ICSR coursework focuses on empowering students to improve their leadership talents, critical thinking, collaboration skills, and communicative abilities. All of these are important for a student's degree, regardless of major, and we welcome students from all disciplines, encouraging them to think of creative ways to merge their ICSR coursework with their major. Past and present students in ICSR have majored in Anthropology, English, Interdisciplinary Studies, Religious Studies, and Spanish, among other things.
Courses in Citizenship and Social Justice aid in building necessary skills for campus and community leadership, and ICSR students are active workers and volunteers in a variety of groups and organizations both on and off campus. Past and present examples include Public Achievement, Student Identity Outreach, WKU Greentoppers, Black Student Alliance, WKU Office of Institutional Diversity and Inclusion, Community Options, Enactus, Community Threads, and Kentuckians for the Commonwealth.

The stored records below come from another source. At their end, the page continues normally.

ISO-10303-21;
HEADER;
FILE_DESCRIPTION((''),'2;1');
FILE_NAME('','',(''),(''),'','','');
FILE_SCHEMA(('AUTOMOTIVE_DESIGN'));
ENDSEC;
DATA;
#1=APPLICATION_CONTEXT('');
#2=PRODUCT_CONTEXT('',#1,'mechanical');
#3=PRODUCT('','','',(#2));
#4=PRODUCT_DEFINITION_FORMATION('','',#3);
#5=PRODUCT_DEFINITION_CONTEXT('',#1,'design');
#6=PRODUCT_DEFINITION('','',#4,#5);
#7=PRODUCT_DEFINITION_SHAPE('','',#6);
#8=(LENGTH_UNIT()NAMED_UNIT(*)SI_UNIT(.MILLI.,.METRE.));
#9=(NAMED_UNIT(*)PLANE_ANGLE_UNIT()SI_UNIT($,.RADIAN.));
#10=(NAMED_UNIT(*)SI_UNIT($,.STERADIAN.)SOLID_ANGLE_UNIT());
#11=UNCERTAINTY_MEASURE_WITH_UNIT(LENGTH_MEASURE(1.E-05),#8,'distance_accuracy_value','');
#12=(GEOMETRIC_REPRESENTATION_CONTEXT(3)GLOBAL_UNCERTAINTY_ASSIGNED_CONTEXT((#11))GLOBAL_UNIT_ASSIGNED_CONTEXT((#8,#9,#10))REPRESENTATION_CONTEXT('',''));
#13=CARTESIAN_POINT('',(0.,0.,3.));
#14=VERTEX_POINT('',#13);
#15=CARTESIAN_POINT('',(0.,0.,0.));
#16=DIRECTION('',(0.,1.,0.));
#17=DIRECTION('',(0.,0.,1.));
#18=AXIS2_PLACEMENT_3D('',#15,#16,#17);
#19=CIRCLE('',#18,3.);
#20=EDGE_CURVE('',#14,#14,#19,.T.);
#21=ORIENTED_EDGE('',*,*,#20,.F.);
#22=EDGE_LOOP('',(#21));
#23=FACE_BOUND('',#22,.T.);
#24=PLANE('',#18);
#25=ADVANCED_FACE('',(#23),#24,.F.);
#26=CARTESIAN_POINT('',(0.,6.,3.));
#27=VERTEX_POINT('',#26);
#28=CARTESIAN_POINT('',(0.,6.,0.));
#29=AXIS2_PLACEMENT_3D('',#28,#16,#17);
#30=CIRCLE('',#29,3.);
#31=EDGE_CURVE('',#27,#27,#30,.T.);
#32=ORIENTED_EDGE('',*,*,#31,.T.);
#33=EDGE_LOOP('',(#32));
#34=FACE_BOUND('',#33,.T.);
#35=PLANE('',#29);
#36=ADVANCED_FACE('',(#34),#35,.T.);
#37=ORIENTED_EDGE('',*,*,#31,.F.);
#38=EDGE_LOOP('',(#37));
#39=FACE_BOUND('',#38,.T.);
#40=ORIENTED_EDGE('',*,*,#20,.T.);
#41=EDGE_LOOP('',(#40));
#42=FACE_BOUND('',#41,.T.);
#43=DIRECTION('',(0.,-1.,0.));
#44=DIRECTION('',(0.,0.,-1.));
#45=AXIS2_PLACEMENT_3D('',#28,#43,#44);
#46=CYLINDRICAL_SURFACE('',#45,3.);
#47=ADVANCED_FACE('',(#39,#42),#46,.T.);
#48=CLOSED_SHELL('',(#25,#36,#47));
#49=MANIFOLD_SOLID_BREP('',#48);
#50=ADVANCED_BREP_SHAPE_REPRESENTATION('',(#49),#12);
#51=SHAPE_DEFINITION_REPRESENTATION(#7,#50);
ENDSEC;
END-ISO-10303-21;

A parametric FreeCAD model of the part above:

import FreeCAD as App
import Part
import Sketcher

V = App.Vector

doc = App.newDocument("Part")
body = doc.addObject("PartDesign::Body", "Body")

# Sketch on XZ plane
sketch1 = body.newObject("Sketcher::SketchObject", "Sketch")
sketch1.AttachmentSupport = (doc.getObject("XZ_Plane"), [""])
sketch1.MapMode = "FlatFace"
sketch1.addGeometry(Part.Circle(V(0, 0, 0), V(0, 0, 1), 3), False)
sketch1.addConstraint([
    Sketcher.Constraint("Coincident", 0, 3, -1, 1),
    Sketcher.Constraint("Diameter", 0, 6.0),
])
pad1 = body.newObject("PartDesign::Pad", "Pad")
pad1.Profile = sketch1
pad1.Length = 6
pad1.Reversed = True

doc.recompute()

A minor in Citizenship & Social Justice opens many opportunities, both locally and outside of the region. For those interested in the public sector, there are many opportunities to work in local, state, and federal governmental agencies, as well as educational institutions; in addition, students interested in programs such as AmeriCorps Peace Corps, and Teach for America would benefit from the minor. If students are interested in private-sector organizations, many businesses are increasingly interested in social responsibility; in addition, areas such as business cooperatives, publishing, media, marketing, consulting, and entrepreneurship are potential fields of interest.
Nonprofit and community-based opportunities are a major area of potential for students in the minor. Students will gain the skills that are necessary to work in social justice organizations, grassroots advocacy, religious organizations, creative arts programs, environmental justice, sustainable food systems, and the cultural sustainability sector. Many community-based initiatives, such as public health programs, refugee and immigration support, community-based education, and farmers' markets, are also options for students with a minor in Citizenship and Social Justice.